Dataset entries
BEGIN

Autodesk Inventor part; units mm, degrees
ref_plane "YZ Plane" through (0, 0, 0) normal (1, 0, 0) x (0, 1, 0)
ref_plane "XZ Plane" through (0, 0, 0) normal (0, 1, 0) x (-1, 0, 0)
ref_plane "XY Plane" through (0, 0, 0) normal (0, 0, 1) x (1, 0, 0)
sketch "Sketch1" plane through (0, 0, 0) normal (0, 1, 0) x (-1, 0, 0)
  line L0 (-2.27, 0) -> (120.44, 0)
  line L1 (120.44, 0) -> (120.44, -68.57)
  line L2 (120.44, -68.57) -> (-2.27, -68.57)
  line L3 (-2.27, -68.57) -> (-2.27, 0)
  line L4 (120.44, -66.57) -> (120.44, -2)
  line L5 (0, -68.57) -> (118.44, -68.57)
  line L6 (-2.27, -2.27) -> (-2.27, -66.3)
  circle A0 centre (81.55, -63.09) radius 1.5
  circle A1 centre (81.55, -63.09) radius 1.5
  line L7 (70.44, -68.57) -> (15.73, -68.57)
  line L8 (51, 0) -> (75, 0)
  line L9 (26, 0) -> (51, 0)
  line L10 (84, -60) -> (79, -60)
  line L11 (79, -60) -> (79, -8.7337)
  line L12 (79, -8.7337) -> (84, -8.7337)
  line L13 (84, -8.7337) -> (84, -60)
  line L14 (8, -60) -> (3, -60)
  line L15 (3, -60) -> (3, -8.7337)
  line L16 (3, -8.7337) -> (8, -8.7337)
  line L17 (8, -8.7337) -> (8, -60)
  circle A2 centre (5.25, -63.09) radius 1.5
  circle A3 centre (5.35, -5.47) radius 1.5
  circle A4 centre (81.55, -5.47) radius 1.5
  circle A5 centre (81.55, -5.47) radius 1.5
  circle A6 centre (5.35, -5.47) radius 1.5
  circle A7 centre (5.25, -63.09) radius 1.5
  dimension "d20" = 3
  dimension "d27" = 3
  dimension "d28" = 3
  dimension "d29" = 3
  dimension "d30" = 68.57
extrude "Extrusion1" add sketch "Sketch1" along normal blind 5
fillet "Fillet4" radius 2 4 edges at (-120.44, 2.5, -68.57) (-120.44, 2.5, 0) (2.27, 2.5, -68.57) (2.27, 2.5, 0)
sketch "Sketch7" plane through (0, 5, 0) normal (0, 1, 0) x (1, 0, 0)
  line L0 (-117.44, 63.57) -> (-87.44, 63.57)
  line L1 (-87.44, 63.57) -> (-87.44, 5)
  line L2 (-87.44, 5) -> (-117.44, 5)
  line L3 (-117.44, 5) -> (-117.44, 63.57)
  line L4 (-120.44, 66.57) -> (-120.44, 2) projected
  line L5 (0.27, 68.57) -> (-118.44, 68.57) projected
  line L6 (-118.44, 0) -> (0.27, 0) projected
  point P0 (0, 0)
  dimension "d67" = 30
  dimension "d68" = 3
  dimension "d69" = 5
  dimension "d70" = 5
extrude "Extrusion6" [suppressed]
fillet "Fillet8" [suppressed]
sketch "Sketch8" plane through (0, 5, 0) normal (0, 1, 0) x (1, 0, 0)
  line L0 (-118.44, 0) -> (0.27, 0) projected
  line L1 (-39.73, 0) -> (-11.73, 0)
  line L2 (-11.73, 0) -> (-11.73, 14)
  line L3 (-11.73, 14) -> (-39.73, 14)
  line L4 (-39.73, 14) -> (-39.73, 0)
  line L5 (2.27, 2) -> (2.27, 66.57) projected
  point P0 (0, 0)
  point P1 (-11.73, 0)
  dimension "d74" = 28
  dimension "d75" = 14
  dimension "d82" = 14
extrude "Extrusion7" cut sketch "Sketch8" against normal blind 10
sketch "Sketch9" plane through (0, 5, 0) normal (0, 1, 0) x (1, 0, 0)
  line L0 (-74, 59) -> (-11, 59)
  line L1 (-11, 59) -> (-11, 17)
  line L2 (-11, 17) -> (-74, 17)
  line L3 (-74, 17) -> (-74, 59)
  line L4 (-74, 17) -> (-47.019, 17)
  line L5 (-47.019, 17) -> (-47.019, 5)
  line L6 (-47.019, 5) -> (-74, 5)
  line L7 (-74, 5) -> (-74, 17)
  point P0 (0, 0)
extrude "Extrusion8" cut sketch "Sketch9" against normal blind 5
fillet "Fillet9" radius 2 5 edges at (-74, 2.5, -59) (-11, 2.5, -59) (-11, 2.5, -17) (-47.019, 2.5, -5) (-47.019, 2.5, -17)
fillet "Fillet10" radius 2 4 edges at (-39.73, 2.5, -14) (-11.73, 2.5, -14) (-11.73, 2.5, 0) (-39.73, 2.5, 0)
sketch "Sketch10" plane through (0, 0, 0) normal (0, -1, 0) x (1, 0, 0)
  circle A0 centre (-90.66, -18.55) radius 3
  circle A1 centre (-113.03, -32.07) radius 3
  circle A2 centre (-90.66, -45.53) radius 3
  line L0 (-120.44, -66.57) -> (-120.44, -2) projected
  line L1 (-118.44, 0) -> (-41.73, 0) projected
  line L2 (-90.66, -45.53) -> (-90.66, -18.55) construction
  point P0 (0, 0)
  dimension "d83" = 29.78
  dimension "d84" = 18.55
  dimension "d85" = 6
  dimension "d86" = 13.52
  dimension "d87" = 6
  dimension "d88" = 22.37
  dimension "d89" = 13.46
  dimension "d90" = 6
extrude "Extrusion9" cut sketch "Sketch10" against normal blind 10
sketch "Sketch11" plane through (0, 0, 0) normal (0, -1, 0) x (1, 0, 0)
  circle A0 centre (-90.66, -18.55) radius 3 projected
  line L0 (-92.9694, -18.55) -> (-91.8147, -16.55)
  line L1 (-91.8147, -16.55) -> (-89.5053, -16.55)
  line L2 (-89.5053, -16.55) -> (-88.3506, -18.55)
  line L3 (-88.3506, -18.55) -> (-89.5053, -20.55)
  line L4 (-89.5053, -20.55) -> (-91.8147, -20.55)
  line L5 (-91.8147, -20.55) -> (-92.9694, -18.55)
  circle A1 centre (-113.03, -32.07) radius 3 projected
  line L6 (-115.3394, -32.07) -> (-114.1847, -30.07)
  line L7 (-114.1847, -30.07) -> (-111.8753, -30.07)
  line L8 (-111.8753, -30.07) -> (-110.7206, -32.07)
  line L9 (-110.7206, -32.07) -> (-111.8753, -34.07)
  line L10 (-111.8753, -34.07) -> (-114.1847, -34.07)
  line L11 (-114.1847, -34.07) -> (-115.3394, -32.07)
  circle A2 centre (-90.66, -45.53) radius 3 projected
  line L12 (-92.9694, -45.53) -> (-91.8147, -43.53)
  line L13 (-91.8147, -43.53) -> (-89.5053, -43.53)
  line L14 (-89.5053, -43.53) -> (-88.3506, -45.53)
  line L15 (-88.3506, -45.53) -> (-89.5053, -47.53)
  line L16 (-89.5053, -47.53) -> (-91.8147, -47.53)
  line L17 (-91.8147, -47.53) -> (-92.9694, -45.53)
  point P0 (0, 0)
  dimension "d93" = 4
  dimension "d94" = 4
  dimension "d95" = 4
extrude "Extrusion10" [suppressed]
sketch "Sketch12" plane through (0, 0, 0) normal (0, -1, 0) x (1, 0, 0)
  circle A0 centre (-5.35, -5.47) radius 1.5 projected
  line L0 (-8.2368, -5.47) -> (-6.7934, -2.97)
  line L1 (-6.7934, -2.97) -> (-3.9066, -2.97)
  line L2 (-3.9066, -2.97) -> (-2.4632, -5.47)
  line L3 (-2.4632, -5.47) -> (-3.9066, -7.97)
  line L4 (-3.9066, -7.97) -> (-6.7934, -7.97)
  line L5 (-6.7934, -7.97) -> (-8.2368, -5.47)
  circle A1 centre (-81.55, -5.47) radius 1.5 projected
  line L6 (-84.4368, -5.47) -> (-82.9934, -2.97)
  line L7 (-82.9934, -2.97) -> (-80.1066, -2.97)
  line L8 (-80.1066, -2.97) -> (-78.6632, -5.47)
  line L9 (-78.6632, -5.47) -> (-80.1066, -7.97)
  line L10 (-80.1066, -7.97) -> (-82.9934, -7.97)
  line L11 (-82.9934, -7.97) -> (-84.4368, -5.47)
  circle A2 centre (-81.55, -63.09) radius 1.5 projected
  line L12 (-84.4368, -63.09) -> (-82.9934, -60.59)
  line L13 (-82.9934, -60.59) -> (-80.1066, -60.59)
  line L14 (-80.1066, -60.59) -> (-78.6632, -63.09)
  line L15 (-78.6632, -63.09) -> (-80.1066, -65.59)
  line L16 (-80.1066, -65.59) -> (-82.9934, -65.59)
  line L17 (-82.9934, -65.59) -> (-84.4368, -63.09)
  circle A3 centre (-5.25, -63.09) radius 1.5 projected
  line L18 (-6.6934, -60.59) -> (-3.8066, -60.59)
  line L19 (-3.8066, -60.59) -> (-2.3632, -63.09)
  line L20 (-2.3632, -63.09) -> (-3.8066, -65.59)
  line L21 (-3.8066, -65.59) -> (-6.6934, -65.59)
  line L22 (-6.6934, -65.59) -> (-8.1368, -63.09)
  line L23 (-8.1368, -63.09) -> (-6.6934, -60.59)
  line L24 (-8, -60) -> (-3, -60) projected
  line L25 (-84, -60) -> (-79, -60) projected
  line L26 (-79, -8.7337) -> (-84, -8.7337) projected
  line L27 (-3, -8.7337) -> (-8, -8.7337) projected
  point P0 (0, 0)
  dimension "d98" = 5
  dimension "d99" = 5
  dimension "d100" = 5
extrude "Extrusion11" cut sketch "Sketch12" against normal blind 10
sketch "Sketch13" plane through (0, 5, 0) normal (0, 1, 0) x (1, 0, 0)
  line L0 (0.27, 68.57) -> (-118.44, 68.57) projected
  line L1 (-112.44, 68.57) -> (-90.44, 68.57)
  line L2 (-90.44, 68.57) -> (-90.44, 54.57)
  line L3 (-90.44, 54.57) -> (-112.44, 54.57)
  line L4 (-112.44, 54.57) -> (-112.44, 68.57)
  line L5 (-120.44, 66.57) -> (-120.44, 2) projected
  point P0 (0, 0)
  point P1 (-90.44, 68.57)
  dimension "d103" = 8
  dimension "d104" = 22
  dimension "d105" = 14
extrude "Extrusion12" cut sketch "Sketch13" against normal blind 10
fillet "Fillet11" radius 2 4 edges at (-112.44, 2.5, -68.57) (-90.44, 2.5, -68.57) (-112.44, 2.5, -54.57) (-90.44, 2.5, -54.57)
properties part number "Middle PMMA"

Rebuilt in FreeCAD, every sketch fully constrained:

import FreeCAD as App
import Part
import Sketcher
from FreeCAD import Vector
Q = App.Units.Quantity


def edges_at(feature, points):
    """Names of the edges that pass closest to the given points."""
    edges = feature.Shape.Edges
    near = lambda p: min(range(len(edges)), key=lambda i: edges[i].distToShape(Part.Vertex(*p))[0])
    return sorted({f"Edge{near(p) + 1}" for p in points})


def add_polygon(sketch, points):
    """Adds a closed chain of lines whose ends are joined by coincident constraints."""
    first, n = sketch.GeometryCount, len(points)
    for a, b in zip(points, points[1:] + points[:1]):
        sketch.addGeometry(Part.LineSegment(App.Vector(*a, 0), App.Vector(*b, 0)), False)
    for i in range(n):
        sketch.addConstraint(Sketcher.Constraint("Coincident", first + i, 2, first + (i + 1) % n, 1))

doc = App.newDocument("Part")
body = doc.addObject("PartDesign::Body", "Body")

# Sketch on XZ plane
sketch1 = doc.addObject("Sketcher::SketchObject", "Sketch")
body.addObject(sketch1)
sketch1.AttachmentSupport = (doc.XZ_Plane, [""])
sketch1.MapMode = "FlatFace"
add_polygon(sketch1, [(-120.44, 0), (2.27, 0), (2.27, -68.57), (-120.44, -68.57)])  # lines 0-3
sketch1.addGeometry(Part.Circle(Vector(-5.25, -63.09, 0), Vector(0, 0, 1), 1.5), False)  # 4
add_polygon(sketch1, [(-8, -8.7337), (-8, -60), (-3, -60), (-3, -8.7337)])  # lines 5-8
sketch1.addGeometry(Part.Circle(Vector(-81.55, -63.09, 0), Vector(0, 0, 1), 1.5), False)  # 9
add_polygon(sketch1, [(-84, -8.7337), (-84, -60), (-79, -60), (-79, -8.7337)])  # lines 10-13
sketch1.addGeometry(Part.Circle(Vector(-5.35, -5.47, 0), Vector(0, 0, 1), 1.5), False)  # 14
sketch1.addGeometry(Part.Circle(Vector(-81.55, -5.47, 0), Vector(0, 0, 1), 1.5), False)  # 15
sketch1.addConstraint([
    Sketcher.Constraint("Horizontal", 0),
    Sketcher.Constraint("Vertical", 1),
    Sketcher.Constraint("Horizontal", 2),
    Sketcher.Constraint("Vertical", 3),
    Sketcher.Constraint("Vertical", 5),
    Sketcher.Constraint("Horizontal", 6),
    Sketcher.Constraint("Vertical", 7),
    Sketcher.Constraint("Horizontal", 8),
    Sketcher.Constraint("Vertical", 10),
    Sketcher.Constraint("Horizontal", 11),
    Sketcher.Constraint("Vertical", 12),
    Sketcher.Constraint("Horizontal", 13),
    Sketcher.Constraint("Equal", 4, 9),
    Sketcher.Constraint("Equal", 9, 14),
    Sketcher.Constraint("Equal", 14, 15),
    Sketcher.Constraint("PointOnObject", 0, 2, -1),
    Sketcher.Constraint("Horizontal", 4, 3, 9, 3),
    Sketcher.Constraint("Horizontal", 14, 3, 15, 3),
    Sketcher.Constraint("Horizontal", 6, 2, 10, 2),
    Sketcher.Constraint("Horizontal", 8, 2, 12, 2),
    Sketcher.Constraint("Vertical", 9, 3, 15, 3),
    Sketcher.Constraint("Equal", 8, 11),
    Sketcher.Constraint("Diameter", 4, Q("3 mm")),
    Sketcher.Constraint("DistanceX", 6, 2, -1, 1, Q("3 mm")),
    Sketcher.Constraint("DistanceY", 1, 2, 1, 1, Q("68.57 mm")),
    Sketcher.Constraint("DistanceX", 6, 1, 6, 2, Q("5 mm")),
    Sketcher.Constraint("DistanceY", 5, 2, -1, 1, Q("60 mm")),
    Sketcher.Constraint("DistanceX", 10, 2, -1, 1, Q("84 mm")),
    Sketcher.Constraint("DistanceX", 0, 1, 0, 2, Q("122.71 mm")),
    Sketcher.Constraint("DistanceX", 9, 3, 4, 3, Q("76.3 mm")),
    Sketcher.Constraint("DistanceX", 14, 3, 4, 3, Q("0.1 mm")),
    Sketcher.Constraint("DistanceY", 1, 2, 14, 3, Q("63.1 mm")),
    Sketcher.Constraint("DistanceX", 4, 3, -1, 1, Q("5.25 mm")),
    Sketcher.Constraint("DistanceY", 4, 3, -1, 1, Q("63.09 mm")),
    Sketcher.Constraint("DistanceX", -1, 1, 0, 2, Q("2.27 mm")),
    Sketcher.Constraint("DistanceY", 5, 2, 5, 1, Q("51.2663 mm")),
])
pad1 = doc.addObject("PartDesign::Pad", "Pad")
body.addObject(pad1)
pad1.Profile = sketch1
pad1.Length = 5
pad1.Reversed = True
doc.recompute()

END

- **Assignment**
All lines in the data that contain the word "against" should be copied.

- **Written answer**
extrude "Extrusion7" cut sketch "Sketch8" against normal blind 10
extrude "Extrusion8" cut sketch "Sketch9" against normal blind 5
extrude "Extrusion9" cut sketch "Sketch10" against normal blind 10
extrude "Extrusion11" cut sketch "Sketch12" against normal blind 10
extrude "Extrusion12" cut sketch "Sketch13" against normal blind 10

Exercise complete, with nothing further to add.